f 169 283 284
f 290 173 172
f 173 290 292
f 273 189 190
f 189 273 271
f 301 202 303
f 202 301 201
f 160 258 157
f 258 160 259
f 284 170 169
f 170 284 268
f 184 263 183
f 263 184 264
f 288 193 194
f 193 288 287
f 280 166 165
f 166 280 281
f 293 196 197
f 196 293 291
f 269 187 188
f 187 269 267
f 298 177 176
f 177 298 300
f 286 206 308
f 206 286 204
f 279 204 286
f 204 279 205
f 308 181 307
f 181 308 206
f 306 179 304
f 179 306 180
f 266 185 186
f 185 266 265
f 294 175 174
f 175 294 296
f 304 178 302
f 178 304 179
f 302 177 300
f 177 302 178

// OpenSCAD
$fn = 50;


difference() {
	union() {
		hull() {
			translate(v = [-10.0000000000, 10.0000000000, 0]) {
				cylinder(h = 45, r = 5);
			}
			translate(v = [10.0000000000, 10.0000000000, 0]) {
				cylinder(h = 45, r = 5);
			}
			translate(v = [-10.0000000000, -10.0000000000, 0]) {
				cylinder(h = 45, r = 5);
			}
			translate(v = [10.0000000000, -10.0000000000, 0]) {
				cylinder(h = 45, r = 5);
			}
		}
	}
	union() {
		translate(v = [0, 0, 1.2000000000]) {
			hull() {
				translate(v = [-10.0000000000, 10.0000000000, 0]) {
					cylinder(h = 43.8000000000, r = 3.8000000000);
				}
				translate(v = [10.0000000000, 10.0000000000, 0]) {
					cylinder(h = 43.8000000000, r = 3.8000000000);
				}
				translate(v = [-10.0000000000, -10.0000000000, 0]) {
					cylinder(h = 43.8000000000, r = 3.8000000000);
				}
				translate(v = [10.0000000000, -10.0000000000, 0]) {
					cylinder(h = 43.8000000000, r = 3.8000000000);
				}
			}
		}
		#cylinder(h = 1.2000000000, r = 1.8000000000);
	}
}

** Task directions **
Starting at the top, retype every line of the material above exactly.

** Exercise response **
f 169 283 284
f 290 173 172
f 173 290 292
f 273 189 190
f 189 273 271
f 301 202 303
f 202 301 201
f 160 258 157
f 258 160 259
f 284 170 169
f 170 284 268
f 184 263 183
f 263 184 264
f 288 193 194
f 193 288 287
f 280 166 165
f 166 280 281
f 293 196 197
f 196 293 291
f 269 187 188
f 187 269 267
f 298 177 176
f 177 298 300
f 286 206 308
f 206 286 204
f 279 204 286
f 204 279 205
f 308 181 307
f 181 308 206
f 306 179 304
f 179 306 180
f 266 185 186
f 185 266 265
f 294 175 174
f 175 294 296
f 304 178 302
f 178 304 179
f 302 177 300
f 177 302 178

// OpenSCAD
$fn = 50;


difference() {
	union() {
		hull() {
			translate(v = [-10.0000000000, 10.0000000000, 0]) {
				cylinder(h = 45, r = 5);
			}
			translate(v = [10.0000000000, 10.0000000000, 0]) {
				cylinder(h = 45, r = 5);
			}
			translate(v = [-10.0000000000, -10.0000000000, 0]) {
				cylinder(h = 45, r = 5);
			}
			translate(v = [10.0000000000, -10.0000000000, 0]) {
				cylinder(h = 45, r = 5);
			}
		}
	}
	union() {
		translate(v = [0, 0, 1.2000000000]) {
			hull() {
				translate(v = [-10.0000000000, 10.0000000000, 0]) {
					cylinder(h = 43.8000000000, r = 3.8000000000);
				}
				translate(v = [10.0000000000, 10.0000000000, 0]) {
					cylinder(h = 43.8000000000, r = 3.8000000000);
				}
				translate(v = [-10.0000000000, -10.0000000000, 0]) {
					cylinder(h = 43.8000000000, r = 3.8000000000);
				}
				translate(v = [10.0000000000, -10.0000000000, 0]) {
					cylinder(h = 43.8000000000, r = 3.8000000000);
				}
			}
		}
		#cylinder(h = 1.2000000000, r = 1.8000000000);
	}
}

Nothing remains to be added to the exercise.